IRIS: A Space Opera by Justice. Justice, in a similar fashion to another internationally touring French electronic duo, recently released a banger of a concert film. But IRIS: A Space Opera is different. This live show was recorded in an empty venue without any audience. It simply features the two performers at their music stations pumping out some wonderfully intergalactic house beats. The Screening Room invites you into the space rave! The concert film is preceded by a documentary that goes behind the scenes of their live show. 7:30 to 9 p.m. Tuesday, Sept. 10. 127 E. Congress St. $15.

Not Alone.
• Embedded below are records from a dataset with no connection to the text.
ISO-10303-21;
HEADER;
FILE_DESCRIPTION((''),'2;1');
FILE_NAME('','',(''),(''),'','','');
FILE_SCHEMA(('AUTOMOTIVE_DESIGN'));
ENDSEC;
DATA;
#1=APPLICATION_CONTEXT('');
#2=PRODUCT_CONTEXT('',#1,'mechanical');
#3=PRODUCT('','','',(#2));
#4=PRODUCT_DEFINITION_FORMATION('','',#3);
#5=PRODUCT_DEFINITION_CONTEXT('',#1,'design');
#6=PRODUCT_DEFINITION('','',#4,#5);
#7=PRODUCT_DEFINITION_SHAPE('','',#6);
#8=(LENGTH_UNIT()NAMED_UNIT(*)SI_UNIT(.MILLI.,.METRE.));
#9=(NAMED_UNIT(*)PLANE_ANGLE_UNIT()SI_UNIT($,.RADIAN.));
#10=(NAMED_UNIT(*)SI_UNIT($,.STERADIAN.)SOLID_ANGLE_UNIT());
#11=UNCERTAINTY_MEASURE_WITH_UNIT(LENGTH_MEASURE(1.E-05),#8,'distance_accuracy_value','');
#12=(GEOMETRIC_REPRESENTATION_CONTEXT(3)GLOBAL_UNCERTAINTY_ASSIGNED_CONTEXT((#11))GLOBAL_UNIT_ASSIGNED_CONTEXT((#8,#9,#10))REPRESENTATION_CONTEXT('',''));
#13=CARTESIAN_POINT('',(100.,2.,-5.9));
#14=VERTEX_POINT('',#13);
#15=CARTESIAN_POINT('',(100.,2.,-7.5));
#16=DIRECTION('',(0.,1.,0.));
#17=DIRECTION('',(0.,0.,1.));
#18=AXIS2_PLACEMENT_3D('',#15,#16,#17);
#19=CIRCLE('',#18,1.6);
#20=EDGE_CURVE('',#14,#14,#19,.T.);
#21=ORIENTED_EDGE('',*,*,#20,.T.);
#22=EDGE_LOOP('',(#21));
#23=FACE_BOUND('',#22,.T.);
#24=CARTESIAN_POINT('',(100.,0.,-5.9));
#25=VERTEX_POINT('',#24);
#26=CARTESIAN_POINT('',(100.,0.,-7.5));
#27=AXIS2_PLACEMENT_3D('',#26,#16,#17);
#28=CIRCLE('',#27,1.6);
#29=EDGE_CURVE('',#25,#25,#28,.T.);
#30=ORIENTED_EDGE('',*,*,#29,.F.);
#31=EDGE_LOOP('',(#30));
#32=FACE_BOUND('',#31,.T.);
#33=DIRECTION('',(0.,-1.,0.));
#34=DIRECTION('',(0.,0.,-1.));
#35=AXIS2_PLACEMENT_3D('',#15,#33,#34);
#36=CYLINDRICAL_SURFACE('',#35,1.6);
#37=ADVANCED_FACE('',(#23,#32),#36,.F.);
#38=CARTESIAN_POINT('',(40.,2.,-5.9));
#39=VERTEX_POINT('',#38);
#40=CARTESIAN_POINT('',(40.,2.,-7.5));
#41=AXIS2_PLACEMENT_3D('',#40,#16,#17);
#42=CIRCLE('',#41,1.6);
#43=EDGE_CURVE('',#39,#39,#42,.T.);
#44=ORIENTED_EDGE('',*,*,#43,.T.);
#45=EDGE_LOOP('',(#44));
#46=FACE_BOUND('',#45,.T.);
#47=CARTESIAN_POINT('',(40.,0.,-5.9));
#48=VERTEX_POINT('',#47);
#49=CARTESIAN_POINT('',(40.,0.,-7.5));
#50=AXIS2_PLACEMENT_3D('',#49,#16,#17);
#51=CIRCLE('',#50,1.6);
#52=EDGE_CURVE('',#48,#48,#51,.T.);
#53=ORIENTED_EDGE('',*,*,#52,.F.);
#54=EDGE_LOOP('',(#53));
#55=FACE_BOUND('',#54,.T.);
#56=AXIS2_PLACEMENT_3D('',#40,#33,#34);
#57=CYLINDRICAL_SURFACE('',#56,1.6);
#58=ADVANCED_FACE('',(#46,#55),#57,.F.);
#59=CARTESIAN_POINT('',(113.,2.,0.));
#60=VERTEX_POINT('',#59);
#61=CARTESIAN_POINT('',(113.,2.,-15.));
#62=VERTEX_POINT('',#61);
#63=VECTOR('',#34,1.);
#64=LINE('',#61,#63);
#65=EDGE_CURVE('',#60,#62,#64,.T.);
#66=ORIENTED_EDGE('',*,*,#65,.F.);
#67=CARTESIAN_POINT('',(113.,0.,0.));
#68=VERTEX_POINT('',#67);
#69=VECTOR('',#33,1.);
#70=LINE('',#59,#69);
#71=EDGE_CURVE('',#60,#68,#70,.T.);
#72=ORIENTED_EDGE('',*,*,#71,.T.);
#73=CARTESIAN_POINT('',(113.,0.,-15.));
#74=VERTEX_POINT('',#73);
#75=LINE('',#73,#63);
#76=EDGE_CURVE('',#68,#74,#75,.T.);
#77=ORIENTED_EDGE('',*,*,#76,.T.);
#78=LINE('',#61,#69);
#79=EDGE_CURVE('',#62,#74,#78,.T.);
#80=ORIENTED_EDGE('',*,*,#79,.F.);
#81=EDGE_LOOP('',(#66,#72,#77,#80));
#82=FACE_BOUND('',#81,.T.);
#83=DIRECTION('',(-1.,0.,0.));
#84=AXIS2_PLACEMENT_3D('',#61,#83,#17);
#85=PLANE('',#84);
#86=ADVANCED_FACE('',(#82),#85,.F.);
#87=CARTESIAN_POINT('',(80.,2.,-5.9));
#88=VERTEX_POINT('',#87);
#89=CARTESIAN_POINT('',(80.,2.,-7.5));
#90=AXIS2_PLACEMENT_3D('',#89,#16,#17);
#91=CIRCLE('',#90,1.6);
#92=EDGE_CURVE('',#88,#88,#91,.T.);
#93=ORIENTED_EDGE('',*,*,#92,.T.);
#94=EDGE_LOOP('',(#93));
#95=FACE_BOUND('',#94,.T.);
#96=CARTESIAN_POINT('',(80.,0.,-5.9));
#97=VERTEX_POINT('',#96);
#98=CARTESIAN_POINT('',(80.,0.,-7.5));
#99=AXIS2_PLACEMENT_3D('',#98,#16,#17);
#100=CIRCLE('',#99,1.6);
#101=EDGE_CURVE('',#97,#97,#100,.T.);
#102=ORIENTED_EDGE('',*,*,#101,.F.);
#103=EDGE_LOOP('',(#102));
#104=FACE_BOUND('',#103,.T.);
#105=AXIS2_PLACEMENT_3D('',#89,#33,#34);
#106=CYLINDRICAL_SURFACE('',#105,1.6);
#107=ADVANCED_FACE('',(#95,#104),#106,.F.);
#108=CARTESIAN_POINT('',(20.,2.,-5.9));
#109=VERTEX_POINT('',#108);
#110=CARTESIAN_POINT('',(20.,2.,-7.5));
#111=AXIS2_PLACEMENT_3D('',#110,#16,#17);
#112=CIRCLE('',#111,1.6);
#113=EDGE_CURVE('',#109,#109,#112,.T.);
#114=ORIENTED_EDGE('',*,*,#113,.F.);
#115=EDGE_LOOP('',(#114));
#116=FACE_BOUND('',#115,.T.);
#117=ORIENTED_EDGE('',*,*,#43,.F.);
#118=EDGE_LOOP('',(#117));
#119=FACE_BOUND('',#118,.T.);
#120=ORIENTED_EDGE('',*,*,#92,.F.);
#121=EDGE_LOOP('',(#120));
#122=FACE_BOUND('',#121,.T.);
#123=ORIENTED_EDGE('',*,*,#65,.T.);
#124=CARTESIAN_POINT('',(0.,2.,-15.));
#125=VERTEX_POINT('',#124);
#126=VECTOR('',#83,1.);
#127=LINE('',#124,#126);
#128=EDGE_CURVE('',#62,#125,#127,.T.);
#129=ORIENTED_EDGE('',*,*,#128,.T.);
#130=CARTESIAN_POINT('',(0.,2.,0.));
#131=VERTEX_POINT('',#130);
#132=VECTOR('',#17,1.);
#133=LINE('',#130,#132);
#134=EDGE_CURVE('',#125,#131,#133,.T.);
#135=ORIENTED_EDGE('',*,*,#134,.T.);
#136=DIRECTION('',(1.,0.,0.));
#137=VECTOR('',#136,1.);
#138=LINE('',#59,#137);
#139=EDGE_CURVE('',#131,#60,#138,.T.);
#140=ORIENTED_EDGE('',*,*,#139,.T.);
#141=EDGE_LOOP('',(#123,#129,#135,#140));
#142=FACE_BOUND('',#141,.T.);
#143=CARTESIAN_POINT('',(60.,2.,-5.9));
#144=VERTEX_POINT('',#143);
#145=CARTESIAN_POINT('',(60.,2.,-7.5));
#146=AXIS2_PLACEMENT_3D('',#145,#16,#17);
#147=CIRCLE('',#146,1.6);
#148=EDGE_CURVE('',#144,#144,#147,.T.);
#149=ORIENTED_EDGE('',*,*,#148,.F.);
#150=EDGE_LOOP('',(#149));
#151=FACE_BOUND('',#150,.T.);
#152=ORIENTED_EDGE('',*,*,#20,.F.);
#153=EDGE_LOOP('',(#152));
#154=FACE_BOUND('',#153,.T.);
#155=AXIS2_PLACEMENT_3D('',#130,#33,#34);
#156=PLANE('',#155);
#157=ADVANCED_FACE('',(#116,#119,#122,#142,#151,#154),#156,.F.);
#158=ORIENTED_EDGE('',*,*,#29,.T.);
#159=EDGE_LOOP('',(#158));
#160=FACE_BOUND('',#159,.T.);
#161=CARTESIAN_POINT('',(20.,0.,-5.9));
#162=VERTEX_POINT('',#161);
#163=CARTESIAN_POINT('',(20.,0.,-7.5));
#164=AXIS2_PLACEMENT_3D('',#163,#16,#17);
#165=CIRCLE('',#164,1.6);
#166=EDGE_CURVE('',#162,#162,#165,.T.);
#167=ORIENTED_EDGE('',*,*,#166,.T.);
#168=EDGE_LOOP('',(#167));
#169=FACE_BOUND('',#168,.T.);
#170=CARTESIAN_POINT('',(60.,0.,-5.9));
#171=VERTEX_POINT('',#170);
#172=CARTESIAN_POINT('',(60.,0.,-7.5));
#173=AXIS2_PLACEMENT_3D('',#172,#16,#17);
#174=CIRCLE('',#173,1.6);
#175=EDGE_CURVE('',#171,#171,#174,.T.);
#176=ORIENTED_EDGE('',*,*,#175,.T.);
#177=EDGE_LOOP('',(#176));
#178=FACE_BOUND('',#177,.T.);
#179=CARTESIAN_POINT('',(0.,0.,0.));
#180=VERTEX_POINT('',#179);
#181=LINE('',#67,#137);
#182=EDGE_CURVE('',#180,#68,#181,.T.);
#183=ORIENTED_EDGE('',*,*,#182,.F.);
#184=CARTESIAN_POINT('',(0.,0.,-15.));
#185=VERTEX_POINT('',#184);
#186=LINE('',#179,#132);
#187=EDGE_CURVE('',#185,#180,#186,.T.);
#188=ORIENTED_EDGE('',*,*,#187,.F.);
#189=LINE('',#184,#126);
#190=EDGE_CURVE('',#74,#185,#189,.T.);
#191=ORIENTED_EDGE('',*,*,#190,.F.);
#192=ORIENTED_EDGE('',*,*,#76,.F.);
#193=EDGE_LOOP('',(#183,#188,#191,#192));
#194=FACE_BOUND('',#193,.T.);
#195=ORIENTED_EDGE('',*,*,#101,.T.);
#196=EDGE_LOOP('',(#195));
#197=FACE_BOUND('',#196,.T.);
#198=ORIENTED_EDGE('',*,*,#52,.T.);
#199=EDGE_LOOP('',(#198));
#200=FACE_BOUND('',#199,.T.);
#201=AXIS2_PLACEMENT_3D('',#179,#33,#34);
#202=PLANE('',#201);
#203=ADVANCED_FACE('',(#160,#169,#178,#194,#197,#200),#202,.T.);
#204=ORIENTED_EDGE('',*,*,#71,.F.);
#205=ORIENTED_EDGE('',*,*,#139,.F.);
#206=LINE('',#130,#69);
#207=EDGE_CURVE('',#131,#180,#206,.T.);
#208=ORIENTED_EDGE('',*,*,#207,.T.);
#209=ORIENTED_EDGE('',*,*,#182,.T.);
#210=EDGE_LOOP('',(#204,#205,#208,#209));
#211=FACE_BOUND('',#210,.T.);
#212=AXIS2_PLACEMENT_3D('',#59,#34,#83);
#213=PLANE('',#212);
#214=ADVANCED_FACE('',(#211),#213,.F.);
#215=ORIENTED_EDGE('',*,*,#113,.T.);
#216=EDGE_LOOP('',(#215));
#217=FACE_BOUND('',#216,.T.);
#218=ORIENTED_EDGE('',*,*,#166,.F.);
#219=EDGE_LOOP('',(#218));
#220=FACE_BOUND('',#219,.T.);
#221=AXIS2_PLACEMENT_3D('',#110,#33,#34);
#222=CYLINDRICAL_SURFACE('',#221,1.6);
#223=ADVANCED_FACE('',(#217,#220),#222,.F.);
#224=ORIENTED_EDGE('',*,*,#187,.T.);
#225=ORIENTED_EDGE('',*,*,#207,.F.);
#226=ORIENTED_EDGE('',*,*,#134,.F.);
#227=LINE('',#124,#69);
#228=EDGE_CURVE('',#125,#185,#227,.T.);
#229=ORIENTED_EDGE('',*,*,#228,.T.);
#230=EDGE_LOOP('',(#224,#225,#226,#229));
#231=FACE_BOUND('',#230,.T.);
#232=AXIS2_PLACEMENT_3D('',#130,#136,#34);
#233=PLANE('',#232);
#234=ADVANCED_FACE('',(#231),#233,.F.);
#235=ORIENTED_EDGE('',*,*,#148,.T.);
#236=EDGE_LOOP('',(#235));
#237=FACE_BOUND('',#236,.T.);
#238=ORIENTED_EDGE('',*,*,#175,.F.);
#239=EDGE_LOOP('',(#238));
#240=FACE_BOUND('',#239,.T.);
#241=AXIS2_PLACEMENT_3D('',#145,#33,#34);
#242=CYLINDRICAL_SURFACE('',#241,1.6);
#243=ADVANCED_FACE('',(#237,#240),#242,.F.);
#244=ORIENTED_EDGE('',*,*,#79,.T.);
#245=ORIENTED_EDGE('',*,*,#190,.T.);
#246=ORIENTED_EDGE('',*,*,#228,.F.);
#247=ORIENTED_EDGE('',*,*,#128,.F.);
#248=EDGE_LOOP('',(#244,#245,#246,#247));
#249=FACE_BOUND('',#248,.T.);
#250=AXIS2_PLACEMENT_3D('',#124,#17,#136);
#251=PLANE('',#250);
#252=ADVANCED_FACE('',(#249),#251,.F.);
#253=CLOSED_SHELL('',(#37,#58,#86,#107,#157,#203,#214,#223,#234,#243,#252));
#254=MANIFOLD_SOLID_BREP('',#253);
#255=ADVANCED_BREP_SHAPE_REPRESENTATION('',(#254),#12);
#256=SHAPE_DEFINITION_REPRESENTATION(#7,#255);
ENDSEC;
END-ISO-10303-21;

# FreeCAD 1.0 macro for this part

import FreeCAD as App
import Part
import Sketcher

V = App.Vector
Q = App.Units.Quantity

doc = App.newDocument("Part")
params = doc.addObject("Spreadsheet::Sheet", "Params")
for row, (alias, value) in enumerate([
    ("sketch1_diameter", "3.2 mm"),
    ("sketch1_width", "113 mm"),
    ("sketch1_height", "15 mm"),
    ("pad1_length", "2 mm"),
], start=1):
    params.set(f"A{row}", alias)
    params.set(f"B{row}", "=" + value)
    params.setAlias(f"B{row}", alias)

body = doc.addObject("PartDesign::Body", "Body")

sketch1 = body.newObject("Sketcher::SketchObject", "Sketch")
sketch1.AttachmentSupport = (doc.getObject("XZ_Plane"), [""])
sketch1.MapMode = "FlatFace"
sketch1.addGeometry(Part.LineSegment(V(0, -15, 0), V(0, 0, 0)), False)
sketch1.addGeometry(Part.LineSegment(V(0, 0, 0), V(113, 0, 0)), False)
sketch1.addGeometry(Part.LineSegment(V(113, 0, 0), V(113, -15, 0)), False)
sketch1.addGeometry(Part.LineSegment(V(113, -15, 0), V(0, -15, 0)), False)
sketch1.addGeometry(Part.Circle(V(20, -7.5, 0), V(0, 0, 1), 1.6), False)
sketch1.addGeometry(Part.Circle(V(40, -7.5, 0), V(0, 0, 1), 1.6), False)
sketch1.addGeometry(Part.Circle(V(60, -7.5, 0), V(0, 0, 1), 1.6), False)
sketch1.addGeometry(Part.Circle(V(80, -7.5, 0), V(0, 0, 1), 1.6), False)
sketch1.addGeometry(Part.Circle(V(100, -7.5, 0), V(0, 0, 1), 1.6), False)
sketch1.addConstraint(Sketcher.Constraint("Coincident", 0, 2, 1, 1))
sketch1.addConstraint(Sketcher.Constraint("Coincident", 1, 2, 2, 1))
sketch1.addConstraint(Sketcher.Constraint("Coincident", 2, 2, 3, 1))
sketch1.addConstraint(Sketcher.Constraint("Coincident", 3, 2, 0, 1))
sketch1.addConstraint(Sketcher.Constraint("Vertical", 0))
sketch1.addConstraint(Sketcher.Constraint("Horizontal", 1))
sketch1.addConstraint(Sketcher.Constraint("Vertical", 2))
sketch1.addConstraint(Sketcher.Constraint("Horizontal", 3))
sketch1.addConstraint(Sketcher.Constraint("Coincident", 0, 2, -1, 1))
sketch1.addConstraint(Sketcher.Constraint("Equal", 4, 5))
sketch1.addConstraint(Sketcher.Constraint("Equal", 5, 6))
sketch1.addConstraint(Sketcher.Constraint("Equal", 6, 7))
sketch1.addConstraint(Sketcher.Constraint("Equal", 7, 8))
sketch1.addConstraint(Sketcher.Constraint("Horizontal", 4, 3, 5, 3))
sketch1.addConstraint(Sketcher.Constraint("Horizontal", 5, 3, 6, 3))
Suicide isn't an easy topic to discuss, much less halt. That's why this special documentary screening also includes a resource fair with community mental health organizations and a post-screening panel discussion. Not Alone is a documentary featuring interviews with teens sharing their struggles with mental illness and suicide attempts. Through these intimate conversations, both the audience and the speakers learn. The post-screening discussion features Joronda Montaño, director of notMYkid; Rezwana Islam, UA Public Health major and LGBTQ advocate; Ernestina Limon, former Pima County Health Dept. Community Mental Health and Addiction Program Coordinator and more. This film screening and community forum is presented by the University of Arizona College of Agriculture and Life Sciences. 5:30 to 9 p.m. Tuesday, Sept. 10. 3233 E. Speedway Blvd. Free.

Day for Night: Deconstructing the Documentary. For fans of the style, documentaries can be eye-opening windows of truth into otherwise unknown scenarios. But what if manipulation is involved? The UA School of Theatre, Film & Television is hosting a panel about these "highly structured narratives shaped by directorial style." This session, presented by documentary editor and UA Film & Television professor Jacob Bricca, features a variety of film clips and breaks down the hidden conventions of the documentary style. 7 to 8:30 p.m. Tuesday, Sept. 10. 1103 E. Second St. Harvill 104. Free.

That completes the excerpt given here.